Наши западники-либералы (не анархисты) остались и до сих пор верны старым политическим идеалам Западной Европы и по-прежнему влюблены в практические установившиеся в ней либерально-политические формы, не замечая, в своей близорукости, что они уже износились и лезут врозь со всех сторон. Они, наши либералы, томятся теми же властолюбивыми вожделениями. Препятствий для проведения в жизнь тех «правовых западных политических порядков», о которых они подчас заявляют в газетах, не предвидится, по их мнению, ни в чиновной, бюрократической среде (по крайней мере петербургской), ни даже на многих высших чредах государственного служения. Но есть одно досадное препятствие, с которым так или иначе приходится считаться, — это безделица! — целые 80 % всего населения, то есть весь русский народ и, разумеется, все, что с этим наглым фактом и понятием связано: народность, предания русской истории, чувство национальной чести и т. д., и что, к «досаде либералов», постоянно живится в русском общественном сознании журналами и газетами с русским направлением. Вот откуда такая ненависть наших «либералов» и к «Руси»… Если собрать в одно целое главные мотивы, повторяющиеся в печати «либерального» лагеря, то внутренняя логическая их связь выступает сама собою. Именно ввиду того сопротивления, которое может быть оказано с народной стороны успеху западноевропейских либеральных политических доктрин и осуществлению таковых же идеалов с предоставлением, в силу западного «правового порядка», преобладающего значения либеральствующей опричнине, необходимо:

1) Отрицать, прежде всего в печати и на кафедрах, не только самобытность, но и всякую способность русского народа к самобытности в сфере религиозных, нравственных и политических идей («Русская Мысль», г. Головачев). Отрицать вместе с тем всякое жизненное оригинальное начало в русской истории, всякое явление духа истины, отрицать в ней присутствие каких бы то ни было иных основ, кроме «плети и палки», исповедуя при этом, что единственный руководящий, спасительный «свет» для России исходит с Запада и, следовательно путь, которым она должна следовать, указывается Западом. («Русская Мысль», статьи Дитятина, профессора (!) Харьковского университета… Несчастные студенты!). Мы назвали только эти три статьи потому, что они капитальнее других во множестве рассеянных в либеральной прессе. (Оговоримся.
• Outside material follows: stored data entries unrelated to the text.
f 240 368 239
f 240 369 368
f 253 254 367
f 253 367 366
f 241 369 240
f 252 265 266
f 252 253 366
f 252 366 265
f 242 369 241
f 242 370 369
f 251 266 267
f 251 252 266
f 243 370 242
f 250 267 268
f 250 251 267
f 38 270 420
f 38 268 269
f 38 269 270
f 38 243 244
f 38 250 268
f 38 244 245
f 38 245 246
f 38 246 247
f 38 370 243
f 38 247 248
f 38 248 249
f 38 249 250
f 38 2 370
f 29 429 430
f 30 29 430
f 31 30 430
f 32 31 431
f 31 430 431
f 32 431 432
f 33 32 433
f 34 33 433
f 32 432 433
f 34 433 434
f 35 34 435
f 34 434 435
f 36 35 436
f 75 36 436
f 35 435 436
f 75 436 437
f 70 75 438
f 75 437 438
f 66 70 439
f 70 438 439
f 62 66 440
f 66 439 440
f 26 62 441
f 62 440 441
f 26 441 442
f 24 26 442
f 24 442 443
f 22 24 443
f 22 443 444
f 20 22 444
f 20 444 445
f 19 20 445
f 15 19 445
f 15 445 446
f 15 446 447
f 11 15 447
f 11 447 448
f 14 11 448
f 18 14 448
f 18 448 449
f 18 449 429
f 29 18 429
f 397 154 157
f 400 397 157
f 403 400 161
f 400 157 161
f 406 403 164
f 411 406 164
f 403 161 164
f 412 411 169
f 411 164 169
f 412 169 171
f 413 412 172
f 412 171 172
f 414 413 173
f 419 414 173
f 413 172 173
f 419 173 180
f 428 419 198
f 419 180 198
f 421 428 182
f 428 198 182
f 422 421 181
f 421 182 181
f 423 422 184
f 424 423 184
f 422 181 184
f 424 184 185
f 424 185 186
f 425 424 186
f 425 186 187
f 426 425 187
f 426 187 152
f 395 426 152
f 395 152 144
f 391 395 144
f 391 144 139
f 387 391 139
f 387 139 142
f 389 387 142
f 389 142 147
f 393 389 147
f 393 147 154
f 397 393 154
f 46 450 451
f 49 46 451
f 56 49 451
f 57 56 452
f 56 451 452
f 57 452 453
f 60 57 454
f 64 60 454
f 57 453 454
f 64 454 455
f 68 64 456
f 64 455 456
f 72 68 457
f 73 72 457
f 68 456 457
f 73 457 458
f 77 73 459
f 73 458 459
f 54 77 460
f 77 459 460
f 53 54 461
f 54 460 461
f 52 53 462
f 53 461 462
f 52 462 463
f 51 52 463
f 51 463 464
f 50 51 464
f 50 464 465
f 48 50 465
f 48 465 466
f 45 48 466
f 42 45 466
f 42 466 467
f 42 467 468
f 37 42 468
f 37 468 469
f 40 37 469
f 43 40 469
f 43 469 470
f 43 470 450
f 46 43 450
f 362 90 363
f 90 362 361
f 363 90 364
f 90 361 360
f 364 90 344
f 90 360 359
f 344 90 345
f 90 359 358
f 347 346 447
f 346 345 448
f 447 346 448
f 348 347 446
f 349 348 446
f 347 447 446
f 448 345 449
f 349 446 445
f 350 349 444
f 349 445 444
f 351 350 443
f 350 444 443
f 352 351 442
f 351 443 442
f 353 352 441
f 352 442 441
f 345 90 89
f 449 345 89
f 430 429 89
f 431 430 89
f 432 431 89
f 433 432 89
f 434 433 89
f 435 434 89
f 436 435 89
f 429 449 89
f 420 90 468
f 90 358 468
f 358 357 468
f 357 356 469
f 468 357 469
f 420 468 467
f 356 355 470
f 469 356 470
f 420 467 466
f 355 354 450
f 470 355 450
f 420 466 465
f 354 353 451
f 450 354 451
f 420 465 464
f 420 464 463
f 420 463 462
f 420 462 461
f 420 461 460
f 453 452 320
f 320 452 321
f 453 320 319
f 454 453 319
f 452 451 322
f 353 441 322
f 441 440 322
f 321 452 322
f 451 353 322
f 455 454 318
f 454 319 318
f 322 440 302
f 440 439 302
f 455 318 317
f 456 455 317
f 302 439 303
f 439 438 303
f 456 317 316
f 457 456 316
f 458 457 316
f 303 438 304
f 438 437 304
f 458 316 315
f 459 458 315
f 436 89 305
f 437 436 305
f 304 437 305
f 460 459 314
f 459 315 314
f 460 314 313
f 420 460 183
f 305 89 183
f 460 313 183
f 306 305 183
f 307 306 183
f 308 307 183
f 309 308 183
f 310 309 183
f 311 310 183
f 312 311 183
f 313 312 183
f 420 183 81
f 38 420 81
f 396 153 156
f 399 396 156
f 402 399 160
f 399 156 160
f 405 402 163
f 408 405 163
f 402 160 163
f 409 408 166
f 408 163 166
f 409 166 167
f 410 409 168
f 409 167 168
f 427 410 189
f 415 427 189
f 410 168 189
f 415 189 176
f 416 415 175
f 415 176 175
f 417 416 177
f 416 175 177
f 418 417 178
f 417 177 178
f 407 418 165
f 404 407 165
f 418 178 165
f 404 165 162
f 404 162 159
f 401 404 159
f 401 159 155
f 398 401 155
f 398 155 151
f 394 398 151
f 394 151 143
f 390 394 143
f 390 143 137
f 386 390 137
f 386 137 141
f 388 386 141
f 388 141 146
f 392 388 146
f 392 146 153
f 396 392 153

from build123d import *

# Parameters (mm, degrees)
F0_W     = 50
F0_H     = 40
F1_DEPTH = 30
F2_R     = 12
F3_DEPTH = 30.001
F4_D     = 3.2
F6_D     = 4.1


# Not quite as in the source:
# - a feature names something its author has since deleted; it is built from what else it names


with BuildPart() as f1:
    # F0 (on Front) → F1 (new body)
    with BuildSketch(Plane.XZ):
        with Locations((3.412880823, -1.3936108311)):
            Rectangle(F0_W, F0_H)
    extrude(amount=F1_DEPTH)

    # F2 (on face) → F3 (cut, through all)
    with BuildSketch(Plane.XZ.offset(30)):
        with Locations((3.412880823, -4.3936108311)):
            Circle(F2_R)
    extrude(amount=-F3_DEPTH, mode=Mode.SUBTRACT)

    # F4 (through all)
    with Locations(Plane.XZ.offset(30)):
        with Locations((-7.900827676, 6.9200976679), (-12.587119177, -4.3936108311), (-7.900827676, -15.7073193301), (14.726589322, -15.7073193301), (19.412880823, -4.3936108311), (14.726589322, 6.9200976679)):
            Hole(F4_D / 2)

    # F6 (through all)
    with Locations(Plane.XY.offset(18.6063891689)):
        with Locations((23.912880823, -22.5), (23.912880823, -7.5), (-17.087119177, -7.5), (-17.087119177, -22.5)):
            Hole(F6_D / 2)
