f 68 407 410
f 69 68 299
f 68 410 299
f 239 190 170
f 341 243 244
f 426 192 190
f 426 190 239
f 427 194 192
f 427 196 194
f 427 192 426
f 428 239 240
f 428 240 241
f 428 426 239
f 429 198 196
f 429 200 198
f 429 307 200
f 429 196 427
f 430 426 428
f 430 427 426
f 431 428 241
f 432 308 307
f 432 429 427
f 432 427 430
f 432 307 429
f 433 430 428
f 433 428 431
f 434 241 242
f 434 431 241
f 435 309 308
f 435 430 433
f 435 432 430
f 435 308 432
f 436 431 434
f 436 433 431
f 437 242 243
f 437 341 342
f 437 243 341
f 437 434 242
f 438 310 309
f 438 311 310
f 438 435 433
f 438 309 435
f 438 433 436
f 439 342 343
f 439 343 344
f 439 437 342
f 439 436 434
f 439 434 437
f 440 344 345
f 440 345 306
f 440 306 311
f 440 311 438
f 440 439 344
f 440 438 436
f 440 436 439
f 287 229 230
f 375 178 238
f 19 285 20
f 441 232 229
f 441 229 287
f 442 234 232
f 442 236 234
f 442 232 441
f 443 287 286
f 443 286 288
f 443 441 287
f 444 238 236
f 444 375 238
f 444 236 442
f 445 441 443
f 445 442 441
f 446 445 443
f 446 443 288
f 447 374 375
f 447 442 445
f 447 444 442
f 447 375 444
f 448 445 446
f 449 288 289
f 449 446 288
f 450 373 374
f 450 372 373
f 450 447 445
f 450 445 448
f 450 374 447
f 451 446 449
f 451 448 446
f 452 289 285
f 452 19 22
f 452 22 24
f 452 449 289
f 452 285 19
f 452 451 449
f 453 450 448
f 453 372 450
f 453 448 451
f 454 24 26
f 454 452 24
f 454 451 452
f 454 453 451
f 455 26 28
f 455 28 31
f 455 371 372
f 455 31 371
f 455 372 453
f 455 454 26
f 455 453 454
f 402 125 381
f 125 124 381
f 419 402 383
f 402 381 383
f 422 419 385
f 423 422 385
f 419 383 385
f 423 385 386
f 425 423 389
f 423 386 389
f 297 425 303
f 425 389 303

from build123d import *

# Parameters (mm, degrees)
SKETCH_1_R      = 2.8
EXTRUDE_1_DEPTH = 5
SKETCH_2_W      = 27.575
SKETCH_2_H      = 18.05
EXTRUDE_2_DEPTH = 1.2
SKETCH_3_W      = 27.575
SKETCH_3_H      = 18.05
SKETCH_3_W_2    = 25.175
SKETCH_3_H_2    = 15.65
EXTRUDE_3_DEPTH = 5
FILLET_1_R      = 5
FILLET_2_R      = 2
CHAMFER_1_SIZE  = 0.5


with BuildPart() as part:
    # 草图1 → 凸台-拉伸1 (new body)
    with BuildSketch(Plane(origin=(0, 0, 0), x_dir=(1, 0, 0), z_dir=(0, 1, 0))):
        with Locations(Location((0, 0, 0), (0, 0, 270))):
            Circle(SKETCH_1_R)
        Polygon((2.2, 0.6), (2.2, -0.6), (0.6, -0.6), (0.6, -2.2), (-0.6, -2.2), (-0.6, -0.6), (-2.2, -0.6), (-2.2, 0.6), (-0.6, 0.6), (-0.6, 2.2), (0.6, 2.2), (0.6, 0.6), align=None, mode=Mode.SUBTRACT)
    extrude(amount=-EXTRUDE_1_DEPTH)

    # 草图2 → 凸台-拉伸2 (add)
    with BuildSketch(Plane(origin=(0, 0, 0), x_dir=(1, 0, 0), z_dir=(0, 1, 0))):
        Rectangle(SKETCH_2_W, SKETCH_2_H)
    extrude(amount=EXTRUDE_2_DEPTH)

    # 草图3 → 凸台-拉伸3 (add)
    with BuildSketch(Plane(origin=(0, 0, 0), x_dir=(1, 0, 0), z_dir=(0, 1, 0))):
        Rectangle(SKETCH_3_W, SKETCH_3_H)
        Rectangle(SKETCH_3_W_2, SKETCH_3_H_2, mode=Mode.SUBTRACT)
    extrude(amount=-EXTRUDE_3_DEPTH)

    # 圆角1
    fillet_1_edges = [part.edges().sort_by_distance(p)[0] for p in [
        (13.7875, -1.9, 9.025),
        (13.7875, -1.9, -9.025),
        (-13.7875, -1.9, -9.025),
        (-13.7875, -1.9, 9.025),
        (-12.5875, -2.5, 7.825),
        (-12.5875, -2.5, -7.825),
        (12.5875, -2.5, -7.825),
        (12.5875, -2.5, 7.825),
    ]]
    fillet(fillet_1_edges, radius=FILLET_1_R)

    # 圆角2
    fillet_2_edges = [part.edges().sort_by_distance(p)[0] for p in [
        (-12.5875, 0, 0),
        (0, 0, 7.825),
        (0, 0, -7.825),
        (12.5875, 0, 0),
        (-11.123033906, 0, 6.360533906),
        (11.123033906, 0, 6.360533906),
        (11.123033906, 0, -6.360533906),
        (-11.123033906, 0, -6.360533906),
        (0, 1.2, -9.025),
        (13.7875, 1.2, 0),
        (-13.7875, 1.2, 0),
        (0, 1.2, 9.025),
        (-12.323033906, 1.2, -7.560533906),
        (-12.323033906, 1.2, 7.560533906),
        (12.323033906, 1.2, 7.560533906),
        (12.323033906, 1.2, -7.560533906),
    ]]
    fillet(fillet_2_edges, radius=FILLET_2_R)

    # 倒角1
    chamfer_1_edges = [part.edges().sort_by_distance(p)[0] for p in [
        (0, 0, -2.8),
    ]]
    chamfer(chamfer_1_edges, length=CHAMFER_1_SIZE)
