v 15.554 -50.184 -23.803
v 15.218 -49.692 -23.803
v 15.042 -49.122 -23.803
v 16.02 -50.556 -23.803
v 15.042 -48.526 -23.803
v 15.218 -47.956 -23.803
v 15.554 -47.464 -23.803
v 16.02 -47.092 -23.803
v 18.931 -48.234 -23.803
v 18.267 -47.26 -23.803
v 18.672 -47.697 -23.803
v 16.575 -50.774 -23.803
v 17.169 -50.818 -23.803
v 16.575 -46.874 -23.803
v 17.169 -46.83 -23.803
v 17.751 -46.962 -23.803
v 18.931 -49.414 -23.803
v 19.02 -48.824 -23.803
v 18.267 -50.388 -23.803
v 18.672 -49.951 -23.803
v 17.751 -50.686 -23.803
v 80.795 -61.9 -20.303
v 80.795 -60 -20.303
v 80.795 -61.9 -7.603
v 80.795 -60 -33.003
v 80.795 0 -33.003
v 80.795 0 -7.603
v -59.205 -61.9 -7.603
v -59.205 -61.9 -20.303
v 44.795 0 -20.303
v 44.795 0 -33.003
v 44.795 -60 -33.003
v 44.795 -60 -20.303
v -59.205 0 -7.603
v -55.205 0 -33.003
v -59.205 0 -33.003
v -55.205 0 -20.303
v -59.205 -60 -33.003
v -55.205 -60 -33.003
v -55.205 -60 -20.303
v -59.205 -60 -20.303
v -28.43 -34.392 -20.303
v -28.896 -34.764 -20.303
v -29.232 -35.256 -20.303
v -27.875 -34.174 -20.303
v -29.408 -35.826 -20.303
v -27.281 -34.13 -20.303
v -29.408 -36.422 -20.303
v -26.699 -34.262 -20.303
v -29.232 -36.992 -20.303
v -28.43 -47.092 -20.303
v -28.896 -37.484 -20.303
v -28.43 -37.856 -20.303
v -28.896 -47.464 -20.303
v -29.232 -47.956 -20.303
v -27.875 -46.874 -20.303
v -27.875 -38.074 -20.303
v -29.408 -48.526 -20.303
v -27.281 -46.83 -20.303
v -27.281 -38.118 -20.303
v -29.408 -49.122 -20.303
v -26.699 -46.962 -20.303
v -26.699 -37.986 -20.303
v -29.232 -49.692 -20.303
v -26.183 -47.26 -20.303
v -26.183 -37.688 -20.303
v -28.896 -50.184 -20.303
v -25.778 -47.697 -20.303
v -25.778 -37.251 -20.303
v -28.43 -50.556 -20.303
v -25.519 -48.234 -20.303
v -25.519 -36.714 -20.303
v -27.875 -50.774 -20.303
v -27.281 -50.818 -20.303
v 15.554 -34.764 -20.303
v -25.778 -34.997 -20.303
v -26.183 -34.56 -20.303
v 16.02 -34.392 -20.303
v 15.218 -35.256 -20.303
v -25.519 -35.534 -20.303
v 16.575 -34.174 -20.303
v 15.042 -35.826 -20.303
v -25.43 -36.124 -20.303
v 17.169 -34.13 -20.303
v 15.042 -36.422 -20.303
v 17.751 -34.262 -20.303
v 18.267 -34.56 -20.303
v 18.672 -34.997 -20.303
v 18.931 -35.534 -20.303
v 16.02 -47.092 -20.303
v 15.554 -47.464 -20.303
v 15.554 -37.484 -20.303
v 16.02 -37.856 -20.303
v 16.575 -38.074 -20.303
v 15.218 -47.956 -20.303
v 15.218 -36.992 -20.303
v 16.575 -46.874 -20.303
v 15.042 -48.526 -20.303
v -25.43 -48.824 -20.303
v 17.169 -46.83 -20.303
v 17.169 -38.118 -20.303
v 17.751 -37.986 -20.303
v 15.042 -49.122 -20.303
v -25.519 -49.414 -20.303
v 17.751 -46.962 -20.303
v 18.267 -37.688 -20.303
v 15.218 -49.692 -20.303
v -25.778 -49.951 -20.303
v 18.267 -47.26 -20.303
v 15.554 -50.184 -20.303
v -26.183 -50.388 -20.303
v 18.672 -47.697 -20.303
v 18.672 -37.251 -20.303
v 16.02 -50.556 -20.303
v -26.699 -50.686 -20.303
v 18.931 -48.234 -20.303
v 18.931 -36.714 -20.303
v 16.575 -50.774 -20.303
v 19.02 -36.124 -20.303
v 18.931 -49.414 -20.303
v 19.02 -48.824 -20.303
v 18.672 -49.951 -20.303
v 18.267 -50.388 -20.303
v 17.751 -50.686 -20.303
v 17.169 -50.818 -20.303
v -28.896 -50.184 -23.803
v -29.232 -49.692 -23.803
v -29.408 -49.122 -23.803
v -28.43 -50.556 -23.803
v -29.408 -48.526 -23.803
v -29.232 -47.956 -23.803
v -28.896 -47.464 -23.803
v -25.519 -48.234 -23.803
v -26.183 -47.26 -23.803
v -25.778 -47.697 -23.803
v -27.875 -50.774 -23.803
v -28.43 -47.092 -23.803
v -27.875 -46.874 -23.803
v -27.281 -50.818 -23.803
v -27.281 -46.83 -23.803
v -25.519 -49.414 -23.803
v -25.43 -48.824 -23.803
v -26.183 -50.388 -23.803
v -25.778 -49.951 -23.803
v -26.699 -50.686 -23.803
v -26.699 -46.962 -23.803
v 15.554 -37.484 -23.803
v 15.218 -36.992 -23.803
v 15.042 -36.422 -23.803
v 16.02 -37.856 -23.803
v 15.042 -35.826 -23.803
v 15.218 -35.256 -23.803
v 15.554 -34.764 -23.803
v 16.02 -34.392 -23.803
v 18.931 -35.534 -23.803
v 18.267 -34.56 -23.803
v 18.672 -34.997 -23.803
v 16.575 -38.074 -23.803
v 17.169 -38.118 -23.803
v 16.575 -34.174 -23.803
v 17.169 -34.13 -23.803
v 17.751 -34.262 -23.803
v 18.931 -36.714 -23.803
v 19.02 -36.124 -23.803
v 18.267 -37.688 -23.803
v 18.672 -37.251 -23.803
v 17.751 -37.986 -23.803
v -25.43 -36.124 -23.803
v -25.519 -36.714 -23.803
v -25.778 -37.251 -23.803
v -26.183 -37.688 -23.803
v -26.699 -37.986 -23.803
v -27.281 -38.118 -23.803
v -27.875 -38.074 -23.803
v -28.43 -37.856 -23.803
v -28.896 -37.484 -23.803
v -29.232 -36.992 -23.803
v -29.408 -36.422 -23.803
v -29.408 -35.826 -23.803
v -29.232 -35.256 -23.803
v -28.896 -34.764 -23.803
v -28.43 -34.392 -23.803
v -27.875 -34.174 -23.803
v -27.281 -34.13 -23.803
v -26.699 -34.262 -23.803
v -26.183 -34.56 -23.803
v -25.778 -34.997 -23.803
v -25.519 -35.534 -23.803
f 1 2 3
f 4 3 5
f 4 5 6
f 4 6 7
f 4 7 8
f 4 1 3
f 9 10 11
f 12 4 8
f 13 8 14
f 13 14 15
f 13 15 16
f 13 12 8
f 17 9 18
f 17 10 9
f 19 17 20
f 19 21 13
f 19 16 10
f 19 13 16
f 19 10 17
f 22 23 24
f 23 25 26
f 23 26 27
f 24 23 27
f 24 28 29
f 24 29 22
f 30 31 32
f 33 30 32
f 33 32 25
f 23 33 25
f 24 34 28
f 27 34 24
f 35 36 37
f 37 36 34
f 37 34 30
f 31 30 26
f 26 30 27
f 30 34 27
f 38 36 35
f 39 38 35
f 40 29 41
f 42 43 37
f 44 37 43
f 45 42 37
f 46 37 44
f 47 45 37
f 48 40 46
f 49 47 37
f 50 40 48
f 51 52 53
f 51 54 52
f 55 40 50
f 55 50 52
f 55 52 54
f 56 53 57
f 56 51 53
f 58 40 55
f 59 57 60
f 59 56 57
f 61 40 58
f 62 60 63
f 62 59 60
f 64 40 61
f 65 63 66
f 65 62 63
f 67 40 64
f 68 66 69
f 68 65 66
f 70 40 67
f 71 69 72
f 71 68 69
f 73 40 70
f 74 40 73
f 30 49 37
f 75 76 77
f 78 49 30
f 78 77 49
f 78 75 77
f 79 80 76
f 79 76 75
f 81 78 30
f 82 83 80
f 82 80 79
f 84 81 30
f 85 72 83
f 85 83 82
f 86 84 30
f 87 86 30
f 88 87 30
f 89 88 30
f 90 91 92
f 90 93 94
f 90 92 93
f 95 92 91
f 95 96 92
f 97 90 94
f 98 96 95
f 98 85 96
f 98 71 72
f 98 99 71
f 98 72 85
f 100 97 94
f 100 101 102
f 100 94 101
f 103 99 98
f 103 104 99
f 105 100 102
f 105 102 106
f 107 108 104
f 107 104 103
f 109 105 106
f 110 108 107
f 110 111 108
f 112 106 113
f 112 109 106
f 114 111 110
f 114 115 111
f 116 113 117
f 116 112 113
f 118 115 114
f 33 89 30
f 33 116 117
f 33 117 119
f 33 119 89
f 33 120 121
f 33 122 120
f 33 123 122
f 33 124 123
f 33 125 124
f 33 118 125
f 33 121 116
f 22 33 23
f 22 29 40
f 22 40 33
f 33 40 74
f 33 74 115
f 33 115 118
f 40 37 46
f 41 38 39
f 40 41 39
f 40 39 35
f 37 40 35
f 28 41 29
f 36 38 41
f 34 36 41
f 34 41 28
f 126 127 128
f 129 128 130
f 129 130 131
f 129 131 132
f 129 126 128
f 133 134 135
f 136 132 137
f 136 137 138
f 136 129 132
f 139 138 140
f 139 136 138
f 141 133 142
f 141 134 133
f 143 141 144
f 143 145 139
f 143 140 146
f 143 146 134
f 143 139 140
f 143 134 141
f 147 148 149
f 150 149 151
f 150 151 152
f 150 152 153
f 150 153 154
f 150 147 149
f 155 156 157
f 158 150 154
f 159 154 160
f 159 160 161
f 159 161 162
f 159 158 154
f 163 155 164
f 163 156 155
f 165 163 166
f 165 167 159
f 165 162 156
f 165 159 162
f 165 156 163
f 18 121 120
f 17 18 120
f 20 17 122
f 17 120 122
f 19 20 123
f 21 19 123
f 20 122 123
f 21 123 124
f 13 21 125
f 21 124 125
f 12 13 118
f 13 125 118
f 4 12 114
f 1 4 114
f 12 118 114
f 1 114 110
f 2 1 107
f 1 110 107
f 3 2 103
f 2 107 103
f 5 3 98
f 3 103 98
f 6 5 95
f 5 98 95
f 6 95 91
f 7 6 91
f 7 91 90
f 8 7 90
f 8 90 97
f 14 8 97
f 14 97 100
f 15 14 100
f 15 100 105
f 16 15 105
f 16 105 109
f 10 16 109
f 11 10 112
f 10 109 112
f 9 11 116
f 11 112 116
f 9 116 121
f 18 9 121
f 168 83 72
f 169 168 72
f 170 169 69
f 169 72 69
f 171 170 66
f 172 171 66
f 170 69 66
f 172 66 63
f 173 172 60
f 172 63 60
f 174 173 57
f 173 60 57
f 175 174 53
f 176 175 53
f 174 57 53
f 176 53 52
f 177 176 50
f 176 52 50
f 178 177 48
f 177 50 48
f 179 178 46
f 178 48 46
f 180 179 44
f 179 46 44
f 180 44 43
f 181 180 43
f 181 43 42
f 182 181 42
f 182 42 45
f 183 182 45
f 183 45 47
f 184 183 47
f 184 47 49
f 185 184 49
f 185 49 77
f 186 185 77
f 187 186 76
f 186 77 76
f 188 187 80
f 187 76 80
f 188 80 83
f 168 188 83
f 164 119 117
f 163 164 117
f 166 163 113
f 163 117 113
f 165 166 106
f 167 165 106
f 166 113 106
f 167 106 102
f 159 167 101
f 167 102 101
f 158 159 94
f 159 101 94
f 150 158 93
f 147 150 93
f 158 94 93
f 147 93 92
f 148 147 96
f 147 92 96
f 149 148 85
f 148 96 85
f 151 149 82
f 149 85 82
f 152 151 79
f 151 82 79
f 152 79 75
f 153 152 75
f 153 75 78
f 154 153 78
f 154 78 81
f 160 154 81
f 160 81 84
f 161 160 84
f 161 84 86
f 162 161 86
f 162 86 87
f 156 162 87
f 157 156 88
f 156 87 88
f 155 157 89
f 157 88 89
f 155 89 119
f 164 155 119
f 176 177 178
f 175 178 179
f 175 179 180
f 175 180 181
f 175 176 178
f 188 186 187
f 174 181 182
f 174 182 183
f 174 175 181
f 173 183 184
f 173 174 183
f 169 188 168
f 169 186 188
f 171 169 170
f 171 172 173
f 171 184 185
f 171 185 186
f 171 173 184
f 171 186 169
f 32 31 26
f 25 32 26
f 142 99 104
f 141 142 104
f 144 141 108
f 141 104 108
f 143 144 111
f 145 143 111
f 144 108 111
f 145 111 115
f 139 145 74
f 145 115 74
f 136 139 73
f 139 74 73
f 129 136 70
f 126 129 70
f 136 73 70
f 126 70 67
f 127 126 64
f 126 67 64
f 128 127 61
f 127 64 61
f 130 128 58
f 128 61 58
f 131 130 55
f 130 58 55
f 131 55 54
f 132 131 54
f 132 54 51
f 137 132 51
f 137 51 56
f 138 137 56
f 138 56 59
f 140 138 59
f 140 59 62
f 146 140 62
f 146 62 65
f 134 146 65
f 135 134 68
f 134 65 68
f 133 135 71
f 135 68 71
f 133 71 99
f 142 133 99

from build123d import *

# Parameters (mm, degrees)
F0_W     = 140
F0_H     = 25.4
F1_DEPTH = 61.9
F3_DEPTH = 12.7
F4_R     = 2
F5_DEPTH = 3.5


with BuildPart() as f1:
    # F0 (on Front) → F1 (new body)
    with BuildSketch(Plane.XZ):
        with Locations((10.794906, -20.302821)):
            Rectangle(F0_W, F0_H)
    extrude(amount=F1_DEPTH)

    # F2 (on face) → F3 (cut)
    with BuildSketch(Plane(origin=(0, 0, -33.002821), x_dir=(1, 0, 0), z_dir=(0, 0, -1))):
        Polygon((-55.205094, 0), (44.794906, 0), (44.794906, 60), (80.794906, 60), (80.794906, 61.9), (-59.205094, 61.9), (-59.205094, 60), (-55.205094, 60), align=None)
    extrude(amount=-F3_DEPTH, mode=Mode.SUBTRACT)

    # F4 (on face) → F5 (join)
    with BuildSketch(Plane(origin=(0, 0, -20.302821), x_dir=(1, 0, 0), z_dir=(0, 0, -1))):
        with Locations((-27.430094, 48.824)):
            Circle(F4_R)
        with Locations((-27.430094, 36.124)):
            Circle(F4_R)
        with Locations((17.019906, 48.824)):
            Circle(F4_R)
        with Locations((17.019906, 36.124)):
            Circle(F4_R)
    extrude(amount=F5_DEPTH)


solid = f1.part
Сам редактор «Русской Мысли» г. Юрьев — человек, бесспорно, честный, но в простодушии своем не ведающий большею частью, ни что печатается в его журнале, ни куда ведут его сотрудники, хотя расточаемые ему хвалебные отзывы «Русских Курьеров» и «Московских Телеграфов» должны бы, кажется, раскрыть глаза и слепому).

2) Пугать правительство народом, стараться заподозрить эту «опору», этот «устой» в глазах власти. Вот почему современная мятущаяся, разнуздывающаяся опричнина и вопит теперь: "Взнуздайте зверя! Взнуздайте 80 % «населения!», то есть осуществите западноевропейский политический идеал в пользу остальных 20 %! По этой части особенно усердствует «Голос». По его мнению, все современные беды и неудобства происходят не от расшатанности основ в общественном сознании, не от разгула духовно-отрицательной или нигилистической стихии, не от козней социалистов-революционеров, задерживающих наше нормальное развитие, а от «народного направления» во внутренней политике, едва только начинающего, по-видимому, зарождаться!.. Точно пароль отдан внезапно по всей либеральной прессе: публиковать о слухах и ожиданиях, снующих в крестьянской среде, охать, ахать, поднимать громкие толки о повсеместной «смуте» (которой, слава Богу, еще нет). Не о «смутьянах», о которых ни слова и которых усердное, хотя подчас и неловкое отыскивание полицией постоянно осмеивается теми же самыми газетами, — а именно о «смуте в народе!». «Вот-де ваш хваленый народ!». «Вот что значит одно желание держаться русского народного направления во внутренней политике!». Этого мало. «Голос» на днях выкинул такой фокус наглости, которым превзошел свою прежнюю в этом отношении славу. В этих аграрных толках народных, которые «Голос» поспешил заклеймить страшным именем «смуты», он винит… «Русь» и вообще печать русского направления! Целый год раздувала либеральная пресса вопрос о малоземелье, о необходимости даже прирезок к наделам из помещичьей земли (мы можем назвать газету), раздувала и обобщали, хотя бы отчасти просто ради детского утешения поставить и у нас в России вопросы аграрный и рабочий («точь-в-точь, дескать, как на Западе!»); целый год позорила именно «Русь» за статьи Д. Ф. Самарина, за то, что мы не считаем малоземелье повсеместным явлением и исключительною причиною экономического упадка крестьян, а теперь «Русь» же виновата в том, что народ ожидает новых прирезок!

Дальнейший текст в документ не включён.